◆ Exercise directions: Could you return the lines below exactly, from the first line up to and including the line that holds "#403=ORIENTED_EDGE('',*,*,#299,.F.);"?

--- Dataset extract Enclosed Below ---

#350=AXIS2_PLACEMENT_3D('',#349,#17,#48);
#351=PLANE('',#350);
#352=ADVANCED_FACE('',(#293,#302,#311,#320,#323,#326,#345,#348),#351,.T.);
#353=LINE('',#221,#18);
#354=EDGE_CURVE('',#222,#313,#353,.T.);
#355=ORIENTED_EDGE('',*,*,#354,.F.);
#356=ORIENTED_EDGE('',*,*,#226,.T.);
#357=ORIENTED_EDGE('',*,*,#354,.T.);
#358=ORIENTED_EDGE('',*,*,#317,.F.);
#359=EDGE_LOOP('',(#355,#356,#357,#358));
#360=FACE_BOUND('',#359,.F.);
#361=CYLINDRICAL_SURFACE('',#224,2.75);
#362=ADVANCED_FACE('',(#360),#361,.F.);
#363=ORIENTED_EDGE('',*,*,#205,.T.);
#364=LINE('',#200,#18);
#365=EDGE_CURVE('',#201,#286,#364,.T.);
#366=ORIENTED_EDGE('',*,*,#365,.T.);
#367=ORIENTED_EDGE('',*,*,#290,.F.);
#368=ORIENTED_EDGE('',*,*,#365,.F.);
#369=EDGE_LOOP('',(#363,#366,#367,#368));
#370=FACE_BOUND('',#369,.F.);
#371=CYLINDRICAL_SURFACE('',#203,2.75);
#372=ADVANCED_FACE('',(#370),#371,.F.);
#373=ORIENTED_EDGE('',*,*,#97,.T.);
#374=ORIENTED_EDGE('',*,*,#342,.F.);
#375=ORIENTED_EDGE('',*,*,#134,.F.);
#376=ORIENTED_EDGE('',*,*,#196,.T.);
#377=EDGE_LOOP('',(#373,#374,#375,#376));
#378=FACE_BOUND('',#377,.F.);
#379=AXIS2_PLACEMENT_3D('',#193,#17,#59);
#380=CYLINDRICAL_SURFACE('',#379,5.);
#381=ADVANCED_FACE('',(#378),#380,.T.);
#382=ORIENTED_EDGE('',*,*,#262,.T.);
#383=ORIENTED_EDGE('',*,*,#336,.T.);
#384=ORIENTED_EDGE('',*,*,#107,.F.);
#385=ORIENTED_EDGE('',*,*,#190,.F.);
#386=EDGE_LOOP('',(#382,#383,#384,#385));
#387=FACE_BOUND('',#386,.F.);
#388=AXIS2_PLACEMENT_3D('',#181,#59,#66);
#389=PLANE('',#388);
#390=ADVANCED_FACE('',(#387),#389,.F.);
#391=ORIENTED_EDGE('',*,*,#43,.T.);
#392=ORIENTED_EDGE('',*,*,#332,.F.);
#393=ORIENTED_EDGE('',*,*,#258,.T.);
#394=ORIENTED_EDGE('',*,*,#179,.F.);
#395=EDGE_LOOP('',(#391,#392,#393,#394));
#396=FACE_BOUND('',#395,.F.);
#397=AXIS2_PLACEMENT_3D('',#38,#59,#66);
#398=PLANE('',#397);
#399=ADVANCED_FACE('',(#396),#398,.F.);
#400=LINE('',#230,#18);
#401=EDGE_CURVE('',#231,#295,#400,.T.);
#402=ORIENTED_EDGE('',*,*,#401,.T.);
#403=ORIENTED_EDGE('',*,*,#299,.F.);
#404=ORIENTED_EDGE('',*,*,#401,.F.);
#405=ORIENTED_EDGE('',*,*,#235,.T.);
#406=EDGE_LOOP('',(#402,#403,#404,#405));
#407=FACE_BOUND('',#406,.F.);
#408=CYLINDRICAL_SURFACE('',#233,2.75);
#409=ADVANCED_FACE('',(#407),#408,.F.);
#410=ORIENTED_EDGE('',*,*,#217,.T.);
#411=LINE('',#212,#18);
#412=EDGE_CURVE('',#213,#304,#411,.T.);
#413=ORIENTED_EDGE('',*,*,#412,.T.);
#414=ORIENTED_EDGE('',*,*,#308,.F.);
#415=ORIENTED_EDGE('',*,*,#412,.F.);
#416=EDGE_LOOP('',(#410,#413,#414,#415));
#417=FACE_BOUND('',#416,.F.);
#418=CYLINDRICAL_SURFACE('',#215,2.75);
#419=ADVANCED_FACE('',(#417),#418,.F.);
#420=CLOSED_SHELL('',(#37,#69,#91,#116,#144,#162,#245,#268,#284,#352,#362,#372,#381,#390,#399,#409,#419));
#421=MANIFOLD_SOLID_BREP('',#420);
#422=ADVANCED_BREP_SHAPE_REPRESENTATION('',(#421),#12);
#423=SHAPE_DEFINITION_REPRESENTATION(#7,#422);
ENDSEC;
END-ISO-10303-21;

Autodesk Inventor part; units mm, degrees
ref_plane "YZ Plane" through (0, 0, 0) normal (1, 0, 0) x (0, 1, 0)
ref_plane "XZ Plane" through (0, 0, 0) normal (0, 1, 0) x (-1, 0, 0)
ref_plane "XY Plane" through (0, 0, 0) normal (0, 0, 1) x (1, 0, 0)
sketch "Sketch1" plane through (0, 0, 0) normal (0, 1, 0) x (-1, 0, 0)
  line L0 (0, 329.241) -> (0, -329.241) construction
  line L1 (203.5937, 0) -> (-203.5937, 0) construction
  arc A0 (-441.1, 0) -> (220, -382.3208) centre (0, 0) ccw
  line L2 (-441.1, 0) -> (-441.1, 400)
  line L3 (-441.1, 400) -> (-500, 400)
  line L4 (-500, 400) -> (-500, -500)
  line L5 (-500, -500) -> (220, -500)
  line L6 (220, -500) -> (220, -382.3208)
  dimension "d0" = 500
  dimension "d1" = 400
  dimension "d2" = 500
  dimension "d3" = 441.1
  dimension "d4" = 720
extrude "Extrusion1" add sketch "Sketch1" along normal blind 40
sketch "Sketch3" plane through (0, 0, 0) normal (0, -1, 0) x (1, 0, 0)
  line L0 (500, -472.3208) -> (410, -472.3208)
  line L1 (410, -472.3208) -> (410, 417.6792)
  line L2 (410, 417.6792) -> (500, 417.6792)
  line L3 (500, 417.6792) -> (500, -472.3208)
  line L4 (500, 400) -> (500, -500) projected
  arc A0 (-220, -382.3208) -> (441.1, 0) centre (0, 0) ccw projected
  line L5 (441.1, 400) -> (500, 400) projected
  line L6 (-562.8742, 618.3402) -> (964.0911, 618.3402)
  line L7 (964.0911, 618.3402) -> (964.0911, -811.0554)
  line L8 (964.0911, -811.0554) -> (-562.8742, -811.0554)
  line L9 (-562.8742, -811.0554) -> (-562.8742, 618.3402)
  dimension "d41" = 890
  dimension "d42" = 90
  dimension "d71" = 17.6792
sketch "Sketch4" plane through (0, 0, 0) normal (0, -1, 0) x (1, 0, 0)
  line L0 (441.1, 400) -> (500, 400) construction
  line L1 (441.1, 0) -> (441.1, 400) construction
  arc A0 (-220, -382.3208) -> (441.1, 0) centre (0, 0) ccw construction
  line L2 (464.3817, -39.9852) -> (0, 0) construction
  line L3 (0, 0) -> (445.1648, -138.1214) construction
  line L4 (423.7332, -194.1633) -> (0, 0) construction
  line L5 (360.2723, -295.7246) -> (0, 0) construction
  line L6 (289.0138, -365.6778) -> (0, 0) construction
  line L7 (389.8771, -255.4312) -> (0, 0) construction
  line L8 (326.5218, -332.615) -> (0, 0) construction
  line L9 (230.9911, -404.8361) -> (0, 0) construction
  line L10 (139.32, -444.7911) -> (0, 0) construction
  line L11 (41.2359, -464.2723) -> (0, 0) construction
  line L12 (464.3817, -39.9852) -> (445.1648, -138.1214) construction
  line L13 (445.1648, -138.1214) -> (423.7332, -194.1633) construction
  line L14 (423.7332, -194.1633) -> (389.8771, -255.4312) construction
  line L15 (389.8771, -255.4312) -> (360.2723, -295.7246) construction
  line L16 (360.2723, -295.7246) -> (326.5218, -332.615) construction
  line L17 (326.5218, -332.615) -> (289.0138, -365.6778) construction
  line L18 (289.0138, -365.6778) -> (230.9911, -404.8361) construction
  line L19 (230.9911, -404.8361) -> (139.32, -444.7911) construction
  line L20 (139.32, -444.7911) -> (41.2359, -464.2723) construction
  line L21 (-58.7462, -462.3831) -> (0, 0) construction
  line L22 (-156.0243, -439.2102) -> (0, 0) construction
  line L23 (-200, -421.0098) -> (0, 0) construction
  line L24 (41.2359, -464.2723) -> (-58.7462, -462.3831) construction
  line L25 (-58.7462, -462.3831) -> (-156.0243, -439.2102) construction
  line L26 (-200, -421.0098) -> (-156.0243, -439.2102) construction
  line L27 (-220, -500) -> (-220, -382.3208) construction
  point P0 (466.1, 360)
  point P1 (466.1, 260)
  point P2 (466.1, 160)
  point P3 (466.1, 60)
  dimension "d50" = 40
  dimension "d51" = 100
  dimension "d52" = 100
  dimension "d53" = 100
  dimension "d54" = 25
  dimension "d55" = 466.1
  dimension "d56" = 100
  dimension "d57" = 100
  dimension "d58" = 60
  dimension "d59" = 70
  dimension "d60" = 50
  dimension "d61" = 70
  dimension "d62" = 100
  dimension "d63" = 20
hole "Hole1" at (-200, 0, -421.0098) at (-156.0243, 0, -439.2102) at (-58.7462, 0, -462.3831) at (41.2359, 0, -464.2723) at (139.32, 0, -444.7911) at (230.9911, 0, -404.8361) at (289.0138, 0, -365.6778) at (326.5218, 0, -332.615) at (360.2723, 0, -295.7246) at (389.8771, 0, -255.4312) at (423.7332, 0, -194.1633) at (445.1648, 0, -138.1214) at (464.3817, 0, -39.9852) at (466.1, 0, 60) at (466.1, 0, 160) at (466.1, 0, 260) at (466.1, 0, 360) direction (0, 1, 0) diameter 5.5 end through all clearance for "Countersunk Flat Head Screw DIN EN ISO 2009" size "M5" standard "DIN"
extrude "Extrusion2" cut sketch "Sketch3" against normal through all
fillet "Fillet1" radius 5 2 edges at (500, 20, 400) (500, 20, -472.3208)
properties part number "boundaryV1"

--- End of Enclosed Dataset extract ---

◆ Written answer:
#350=AXIS2_PLACEMENT_3D('',#349,#17,#48);
#351=PLANE('',#350);
#352=ADVANCED_FACE('',(#293,#302,#311,#320,#323,#326,#345,#348),#351,.T.);
#353=LINE('',#221,#18);
#354=EDGE_CURVE('',#222,#313,#353,.T.);
#355=ORIENTED_EDGE('',*,*,#354,.F.);
#356=ORIENTED_EDGE('',*,*,#226,.T.);
#357=ORIENTED_EDGE('',*,*,#354,.T.);
#358=ORIENTED_EDGE('',*,*,#317,.F.);
#359=EDGE_LOOP('',(#355,#356,#357,#358));
#360=FACE_BOUND('',#359,.F.);
#361=CYLINDRICAL_SURFACE('',#224,2.75);
#362=ADVANCED_FACE('',(#360),#361,.F.);
#363=ORIENTED_EDGE('',*,*,#205,.T.);
#364=LINE('',#200,#18);
#365=EDGE_CURVE('',#201,#286,#364,.T.);
#366=ORIENTED_EDGE('',*,*,#365,.T.);
#367=ORIENTED_EDGE('',*,*,#290,.F.);
#368=ORIENTED_EDGE('',*,*,#365,.F.);
#369=EDGE_LOOP('',(#363,#366,#367,#368));
#370=FACE_BOUND('',#369,.F.);
#371=CYLINDRICAL_SURFACE('',#203,2.75);
#372=ADVANCED_FACE('',(#370),#371,.F.);
#373=ORIENTED_EDGE('',*,*,#97,.T.);
#374=ORIENTED_EDGE('',*,*,#342,.F.);
#375=ORIENTED_EDGE('',*,*,#134,.F.);
#376=ORIENTED_EDGE('',*,*,#196,.T.);
#377=EDGE_LOOP('',(#373,#374,#375,#376));
#378=FACE_BOUND('',#377,.F.);
#379=AXIS2_PLACEMENT_3D('',#193,#17,#59);
#380=CYLINDRICAL_SURFACE('',#379,5.);
#381=ADVANCED_FACE('',(#378),#380,.T.);
#382=ORIENTED_EDGE('',*,*,#262,.T.);
#383=ORIENTED_EDGE('',*,*,#336,.T.);
#384=ORIENTED_EDGE('',*,*,#107,.F.);
#385=ORIENTED_EDGE('',*,*,#190,.F.);
#386=EDGE_LOOP('',(#382,#383,#384,#385));
#387=FACE_BOUND('',#386,.F.);
#388=AXIS2_PLACEMENT_3D('',#181,#59,#66);
#389=PLANE('',#388);
#390=ADVANCED_FACE('',(#387),#389,.F.);
#391=ORIENTED_EDGE('',*,*,#43,.T.);
#392=ORIENTED_EDGE('',*,*,#332,.F.);
#393=ORIENTED_EDGE('',*,*,#258,.T.);
#394=ORIENTED_EDGE('',*,*,#179,.F.);
#395=EDGE_LOOP('',(#391,#392,#393,#394));
#396=FACE_BOUND('',#395,.F.);
#397=AXIS2_PLACEMENT_3D('',#38,#59,#66);
#398=PLANE('',#397);
#399=ADVANCED_FACE('',(#396),#398,.F.);
#400=LINE('',#230,#18);
#401=EDGE_CURVE('',#231,#295,#400,.T.);
#402=ORIENTED_EDGE('',*,*,#401,.T.);
#403=ORIENTED_EDGE('',*,*,#299,.F.);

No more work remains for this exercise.